EXERCISE DIRECTIONS:
Take the lines below beginning at the line that has "f 161 138 160" and stopping after the line that has "f 201 202 69", and print them exactly as they are, with no other lines.

DATA LISTING:
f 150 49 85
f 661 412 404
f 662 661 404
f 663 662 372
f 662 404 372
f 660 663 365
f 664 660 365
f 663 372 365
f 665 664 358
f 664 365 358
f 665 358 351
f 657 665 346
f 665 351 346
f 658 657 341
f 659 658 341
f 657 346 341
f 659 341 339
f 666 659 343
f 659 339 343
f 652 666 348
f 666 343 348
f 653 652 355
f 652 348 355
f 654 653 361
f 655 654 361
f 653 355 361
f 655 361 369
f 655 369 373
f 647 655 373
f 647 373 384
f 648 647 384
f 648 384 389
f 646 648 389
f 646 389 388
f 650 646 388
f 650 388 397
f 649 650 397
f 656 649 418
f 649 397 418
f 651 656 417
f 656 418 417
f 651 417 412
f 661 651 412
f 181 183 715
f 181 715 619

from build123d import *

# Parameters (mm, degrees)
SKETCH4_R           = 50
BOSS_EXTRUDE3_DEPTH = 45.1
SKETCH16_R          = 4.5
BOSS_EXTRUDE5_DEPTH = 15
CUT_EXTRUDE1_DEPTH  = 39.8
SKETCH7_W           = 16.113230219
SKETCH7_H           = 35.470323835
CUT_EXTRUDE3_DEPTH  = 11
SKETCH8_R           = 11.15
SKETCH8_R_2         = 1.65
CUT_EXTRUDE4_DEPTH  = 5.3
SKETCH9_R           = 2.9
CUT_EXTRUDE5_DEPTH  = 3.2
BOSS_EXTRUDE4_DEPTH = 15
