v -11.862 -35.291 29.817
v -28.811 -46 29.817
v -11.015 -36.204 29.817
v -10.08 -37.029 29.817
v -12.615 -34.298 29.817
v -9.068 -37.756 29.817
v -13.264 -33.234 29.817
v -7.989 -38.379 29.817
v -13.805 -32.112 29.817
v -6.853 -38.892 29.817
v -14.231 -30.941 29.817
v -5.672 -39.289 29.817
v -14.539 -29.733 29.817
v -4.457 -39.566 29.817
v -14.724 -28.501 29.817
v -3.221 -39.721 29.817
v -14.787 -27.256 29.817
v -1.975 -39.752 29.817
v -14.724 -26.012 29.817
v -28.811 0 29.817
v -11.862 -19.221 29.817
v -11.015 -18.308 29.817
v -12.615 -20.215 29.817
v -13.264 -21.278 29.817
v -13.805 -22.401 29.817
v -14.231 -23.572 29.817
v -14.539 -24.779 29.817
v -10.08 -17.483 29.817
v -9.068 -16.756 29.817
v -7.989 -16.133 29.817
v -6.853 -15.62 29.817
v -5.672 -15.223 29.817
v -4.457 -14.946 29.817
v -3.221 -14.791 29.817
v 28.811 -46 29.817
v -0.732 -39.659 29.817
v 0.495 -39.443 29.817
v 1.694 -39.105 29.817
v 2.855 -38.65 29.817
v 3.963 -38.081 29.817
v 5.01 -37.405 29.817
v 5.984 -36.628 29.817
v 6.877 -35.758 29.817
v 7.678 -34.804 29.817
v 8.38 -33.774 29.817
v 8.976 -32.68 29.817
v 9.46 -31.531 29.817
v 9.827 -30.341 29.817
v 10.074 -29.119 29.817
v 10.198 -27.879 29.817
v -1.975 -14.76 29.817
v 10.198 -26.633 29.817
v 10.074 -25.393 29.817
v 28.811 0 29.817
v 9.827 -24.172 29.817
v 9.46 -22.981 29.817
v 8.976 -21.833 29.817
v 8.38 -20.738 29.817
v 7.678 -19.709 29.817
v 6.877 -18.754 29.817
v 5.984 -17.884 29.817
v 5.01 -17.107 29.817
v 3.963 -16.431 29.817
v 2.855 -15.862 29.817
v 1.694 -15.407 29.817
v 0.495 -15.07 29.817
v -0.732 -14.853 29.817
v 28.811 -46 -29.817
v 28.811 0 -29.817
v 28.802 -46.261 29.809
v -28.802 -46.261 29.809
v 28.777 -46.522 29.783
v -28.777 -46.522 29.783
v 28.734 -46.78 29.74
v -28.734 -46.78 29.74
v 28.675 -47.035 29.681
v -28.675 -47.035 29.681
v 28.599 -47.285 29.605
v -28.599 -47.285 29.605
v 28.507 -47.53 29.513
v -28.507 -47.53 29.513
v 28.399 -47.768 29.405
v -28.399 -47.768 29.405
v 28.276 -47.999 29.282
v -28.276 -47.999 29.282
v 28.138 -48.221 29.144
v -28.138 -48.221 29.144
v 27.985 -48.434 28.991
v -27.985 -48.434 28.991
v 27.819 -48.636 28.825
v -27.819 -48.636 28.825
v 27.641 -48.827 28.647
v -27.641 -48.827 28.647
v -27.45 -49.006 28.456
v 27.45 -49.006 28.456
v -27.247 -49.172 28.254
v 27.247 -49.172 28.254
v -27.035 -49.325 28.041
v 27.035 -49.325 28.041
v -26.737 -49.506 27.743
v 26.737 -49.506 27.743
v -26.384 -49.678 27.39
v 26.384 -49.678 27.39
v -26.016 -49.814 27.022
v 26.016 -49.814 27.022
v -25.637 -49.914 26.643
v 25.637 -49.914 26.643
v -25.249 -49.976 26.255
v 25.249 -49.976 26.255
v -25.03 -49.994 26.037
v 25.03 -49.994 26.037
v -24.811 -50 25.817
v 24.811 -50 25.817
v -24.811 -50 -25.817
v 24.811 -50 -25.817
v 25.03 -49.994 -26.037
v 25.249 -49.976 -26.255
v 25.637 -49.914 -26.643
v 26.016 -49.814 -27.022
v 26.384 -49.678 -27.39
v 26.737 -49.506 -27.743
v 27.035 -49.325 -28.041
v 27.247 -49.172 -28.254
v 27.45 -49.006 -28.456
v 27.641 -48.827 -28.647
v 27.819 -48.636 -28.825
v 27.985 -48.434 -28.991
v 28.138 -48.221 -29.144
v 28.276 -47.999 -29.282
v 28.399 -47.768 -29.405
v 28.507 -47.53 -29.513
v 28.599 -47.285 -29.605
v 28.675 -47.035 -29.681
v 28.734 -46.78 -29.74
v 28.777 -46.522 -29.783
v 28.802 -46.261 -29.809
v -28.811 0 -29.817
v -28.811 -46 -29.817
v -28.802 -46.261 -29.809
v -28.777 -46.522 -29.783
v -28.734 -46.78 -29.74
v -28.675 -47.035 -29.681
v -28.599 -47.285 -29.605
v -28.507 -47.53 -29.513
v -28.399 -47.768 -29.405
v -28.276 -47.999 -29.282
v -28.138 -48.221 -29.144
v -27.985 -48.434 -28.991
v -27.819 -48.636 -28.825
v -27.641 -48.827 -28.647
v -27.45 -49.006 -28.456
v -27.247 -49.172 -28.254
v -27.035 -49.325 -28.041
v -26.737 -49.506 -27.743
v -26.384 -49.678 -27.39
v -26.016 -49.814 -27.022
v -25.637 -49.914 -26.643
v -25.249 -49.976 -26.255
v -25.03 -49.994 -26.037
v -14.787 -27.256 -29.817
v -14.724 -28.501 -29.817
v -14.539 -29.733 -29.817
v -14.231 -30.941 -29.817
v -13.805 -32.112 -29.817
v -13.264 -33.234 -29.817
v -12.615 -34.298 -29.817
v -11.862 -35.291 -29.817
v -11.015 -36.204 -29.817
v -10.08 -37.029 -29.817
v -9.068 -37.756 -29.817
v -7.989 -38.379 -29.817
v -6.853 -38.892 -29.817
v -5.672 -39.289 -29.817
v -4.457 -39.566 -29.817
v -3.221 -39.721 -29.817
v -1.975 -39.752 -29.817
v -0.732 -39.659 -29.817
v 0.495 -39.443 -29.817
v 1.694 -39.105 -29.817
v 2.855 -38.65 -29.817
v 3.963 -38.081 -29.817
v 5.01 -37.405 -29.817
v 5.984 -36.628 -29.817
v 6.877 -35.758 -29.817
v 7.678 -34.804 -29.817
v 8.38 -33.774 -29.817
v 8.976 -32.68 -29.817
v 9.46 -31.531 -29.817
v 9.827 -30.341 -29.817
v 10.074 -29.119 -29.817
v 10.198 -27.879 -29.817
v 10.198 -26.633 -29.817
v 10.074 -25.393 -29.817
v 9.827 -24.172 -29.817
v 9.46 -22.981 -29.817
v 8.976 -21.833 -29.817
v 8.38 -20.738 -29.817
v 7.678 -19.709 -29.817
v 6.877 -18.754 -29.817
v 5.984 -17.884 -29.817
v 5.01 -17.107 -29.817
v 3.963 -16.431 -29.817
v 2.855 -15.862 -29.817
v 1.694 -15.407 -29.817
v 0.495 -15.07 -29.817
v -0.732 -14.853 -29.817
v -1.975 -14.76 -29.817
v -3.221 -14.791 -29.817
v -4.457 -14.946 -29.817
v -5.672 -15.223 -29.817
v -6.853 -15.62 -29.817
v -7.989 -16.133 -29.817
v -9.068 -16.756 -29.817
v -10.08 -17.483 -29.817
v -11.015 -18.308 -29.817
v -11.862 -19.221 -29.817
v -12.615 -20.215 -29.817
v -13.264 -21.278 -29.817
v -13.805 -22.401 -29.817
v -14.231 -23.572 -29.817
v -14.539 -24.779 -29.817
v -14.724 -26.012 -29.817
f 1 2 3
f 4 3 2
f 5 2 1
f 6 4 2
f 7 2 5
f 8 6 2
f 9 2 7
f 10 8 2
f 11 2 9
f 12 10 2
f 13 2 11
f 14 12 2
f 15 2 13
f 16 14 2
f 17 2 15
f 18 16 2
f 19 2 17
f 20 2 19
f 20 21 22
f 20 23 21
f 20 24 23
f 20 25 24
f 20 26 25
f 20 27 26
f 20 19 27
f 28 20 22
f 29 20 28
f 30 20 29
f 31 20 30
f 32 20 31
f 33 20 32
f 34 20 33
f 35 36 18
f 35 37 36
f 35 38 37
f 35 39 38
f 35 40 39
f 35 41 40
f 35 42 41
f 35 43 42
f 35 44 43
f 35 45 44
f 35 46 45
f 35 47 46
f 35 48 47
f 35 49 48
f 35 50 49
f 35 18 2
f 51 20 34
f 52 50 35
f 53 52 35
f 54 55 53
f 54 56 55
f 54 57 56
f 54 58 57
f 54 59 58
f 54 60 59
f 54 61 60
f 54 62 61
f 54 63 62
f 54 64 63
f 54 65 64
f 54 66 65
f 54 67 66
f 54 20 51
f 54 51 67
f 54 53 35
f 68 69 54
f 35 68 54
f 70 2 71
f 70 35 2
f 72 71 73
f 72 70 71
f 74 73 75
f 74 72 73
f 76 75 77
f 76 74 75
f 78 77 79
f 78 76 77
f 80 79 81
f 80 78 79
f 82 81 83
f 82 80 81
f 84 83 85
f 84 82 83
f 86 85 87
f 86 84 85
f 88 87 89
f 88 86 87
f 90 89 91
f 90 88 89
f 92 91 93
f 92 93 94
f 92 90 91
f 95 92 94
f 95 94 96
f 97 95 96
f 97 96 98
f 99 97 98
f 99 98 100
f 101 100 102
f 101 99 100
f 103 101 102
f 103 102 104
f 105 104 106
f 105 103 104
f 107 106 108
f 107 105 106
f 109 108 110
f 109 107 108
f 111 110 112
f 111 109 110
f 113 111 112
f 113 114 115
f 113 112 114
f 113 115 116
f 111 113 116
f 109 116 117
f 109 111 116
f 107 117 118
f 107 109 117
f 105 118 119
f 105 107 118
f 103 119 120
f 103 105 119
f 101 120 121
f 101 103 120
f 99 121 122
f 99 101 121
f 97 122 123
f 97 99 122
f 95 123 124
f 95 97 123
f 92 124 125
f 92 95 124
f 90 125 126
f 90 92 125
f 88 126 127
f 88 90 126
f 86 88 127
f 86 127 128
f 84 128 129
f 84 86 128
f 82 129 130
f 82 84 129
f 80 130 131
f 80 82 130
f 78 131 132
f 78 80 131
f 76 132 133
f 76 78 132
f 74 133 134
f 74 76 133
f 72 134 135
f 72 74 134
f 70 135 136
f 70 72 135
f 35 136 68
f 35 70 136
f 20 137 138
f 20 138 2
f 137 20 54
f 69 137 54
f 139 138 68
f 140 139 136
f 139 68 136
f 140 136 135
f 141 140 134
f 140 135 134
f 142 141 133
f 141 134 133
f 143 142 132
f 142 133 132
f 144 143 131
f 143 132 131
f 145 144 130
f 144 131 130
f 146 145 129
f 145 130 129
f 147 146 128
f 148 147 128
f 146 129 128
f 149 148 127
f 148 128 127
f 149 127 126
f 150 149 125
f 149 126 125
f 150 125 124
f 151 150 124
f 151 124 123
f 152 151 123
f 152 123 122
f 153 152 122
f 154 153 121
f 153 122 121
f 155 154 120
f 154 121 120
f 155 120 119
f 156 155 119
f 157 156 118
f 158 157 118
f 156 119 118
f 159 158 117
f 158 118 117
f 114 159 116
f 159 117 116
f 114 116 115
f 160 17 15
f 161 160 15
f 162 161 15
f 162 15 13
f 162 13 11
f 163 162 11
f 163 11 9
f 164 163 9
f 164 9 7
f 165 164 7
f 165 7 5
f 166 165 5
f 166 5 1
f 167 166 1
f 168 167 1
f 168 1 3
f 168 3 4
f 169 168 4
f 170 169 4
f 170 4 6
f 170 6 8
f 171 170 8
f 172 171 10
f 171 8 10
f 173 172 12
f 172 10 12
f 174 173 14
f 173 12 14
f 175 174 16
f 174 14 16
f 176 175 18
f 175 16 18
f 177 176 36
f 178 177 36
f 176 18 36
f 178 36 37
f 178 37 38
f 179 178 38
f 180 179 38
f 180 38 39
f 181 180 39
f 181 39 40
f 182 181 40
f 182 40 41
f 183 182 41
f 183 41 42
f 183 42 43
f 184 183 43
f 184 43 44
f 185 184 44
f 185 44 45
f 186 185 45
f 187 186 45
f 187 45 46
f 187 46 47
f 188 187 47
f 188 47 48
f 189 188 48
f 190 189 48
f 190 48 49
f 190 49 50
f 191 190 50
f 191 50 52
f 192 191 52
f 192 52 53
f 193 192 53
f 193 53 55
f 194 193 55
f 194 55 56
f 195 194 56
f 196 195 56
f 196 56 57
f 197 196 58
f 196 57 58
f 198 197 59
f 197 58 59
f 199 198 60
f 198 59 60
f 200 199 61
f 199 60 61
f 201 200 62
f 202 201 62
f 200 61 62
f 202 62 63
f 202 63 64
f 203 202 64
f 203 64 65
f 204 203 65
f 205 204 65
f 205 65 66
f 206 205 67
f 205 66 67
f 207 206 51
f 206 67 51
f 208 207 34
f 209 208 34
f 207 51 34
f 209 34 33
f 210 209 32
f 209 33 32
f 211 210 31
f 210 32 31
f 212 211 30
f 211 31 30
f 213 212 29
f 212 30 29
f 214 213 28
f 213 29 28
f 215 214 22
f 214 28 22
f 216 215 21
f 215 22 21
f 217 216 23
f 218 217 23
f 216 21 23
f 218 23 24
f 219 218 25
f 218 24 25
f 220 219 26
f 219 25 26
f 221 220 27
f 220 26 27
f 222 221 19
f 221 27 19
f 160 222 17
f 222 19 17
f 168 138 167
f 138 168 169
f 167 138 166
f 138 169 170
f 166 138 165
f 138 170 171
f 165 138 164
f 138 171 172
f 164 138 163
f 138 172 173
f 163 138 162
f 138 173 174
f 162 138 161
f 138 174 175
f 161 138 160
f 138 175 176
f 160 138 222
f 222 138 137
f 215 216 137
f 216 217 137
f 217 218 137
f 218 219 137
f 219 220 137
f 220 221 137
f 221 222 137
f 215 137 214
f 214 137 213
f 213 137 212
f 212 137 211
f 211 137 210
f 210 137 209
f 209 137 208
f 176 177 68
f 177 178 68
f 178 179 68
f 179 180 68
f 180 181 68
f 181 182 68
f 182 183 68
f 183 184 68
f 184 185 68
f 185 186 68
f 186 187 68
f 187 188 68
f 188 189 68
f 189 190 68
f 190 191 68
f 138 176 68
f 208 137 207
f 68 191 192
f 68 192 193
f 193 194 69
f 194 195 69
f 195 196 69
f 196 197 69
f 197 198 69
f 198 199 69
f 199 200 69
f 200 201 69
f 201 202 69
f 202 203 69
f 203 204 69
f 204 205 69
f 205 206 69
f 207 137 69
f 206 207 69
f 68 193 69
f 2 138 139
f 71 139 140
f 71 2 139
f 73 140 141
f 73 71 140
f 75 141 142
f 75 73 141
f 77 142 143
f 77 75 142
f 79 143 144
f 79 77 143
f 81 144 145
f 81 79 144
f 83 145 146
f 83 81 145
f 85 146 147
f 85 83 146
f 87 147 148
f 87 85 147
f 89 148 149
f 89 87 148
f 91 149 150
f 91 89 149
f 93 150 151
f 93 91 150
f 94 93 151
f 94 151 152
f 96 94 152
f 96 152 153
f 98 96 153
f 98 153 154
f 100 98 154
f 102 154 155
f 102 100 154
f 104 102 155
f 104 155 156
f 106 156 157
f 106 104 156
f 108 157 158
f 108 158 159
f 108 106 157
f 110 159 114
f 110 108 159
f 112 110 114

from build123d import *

# Parameters (mm, degrees)
F0_W     = 57.621952
F0_H     = 59.63415
F1_DEPTH = 50
F3_D     = 25
F4_R     = 4


with BuildPart() as f1:
    # F0 (on Front) → F1 (new body)
    with BuildSketch(Plane.XZ):
        Rectangle(F0_W, F0_H)
    extrude(amount=F1_DEPTH)

    # F3 (through all)
    with Locations(Plane(origin=(0, 0, -29.817075), x_dir=(1, 0, 0), z_dir=(0, 0, -1))):
        with Locations((-2.286586, 27.2561)):
            Hole(F3_D / 2)

    # F4
    f4_edges = [f1.edges().sort_by_distance(p)[0] for p in [
        (0, -50, -29.817075),
        (-28.810976, -50, 0),
        (0, -50, 29.817075),
        (28.810976, -50, 0),
    ]]
    fillet(f4_edges, radius=F4_R)


solid = f1.part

RESPONSE BOX:
f 161 138 160
f 138 175 176
f 160 138 222
f 222 138 137
f 215 216 137
f 216 217 137
f 217 218 137
f 218 219 137
f 219 220 137
f 220 221 137
f 221 222 137
f 215 137 214
f 214 137 213
f 213 137 212
f 212 137 211
f 211 137 210
f 210 137 209
f 209 137 208
f 176 177 68
f 177 178 68
f 178 179 68
f 179 180 68
f 180 181 68
f 181 182 68
f 182 183 68
f 183 184 68
f 184 185 68
f 185 186 68
f 186 187 68
f 187 188 68
f 188 189 68
f 189 190 68
f 190 191 68
f 138 176 68
f 208 137 207
f 68 191 192
f 68 192 193
f 193 194 69
f 194 195 69
f 195 196 69
f 196 197 69
f 197 198 69
f 198 199 69
f 199 200 69
f 200 201 69
f 201 202 69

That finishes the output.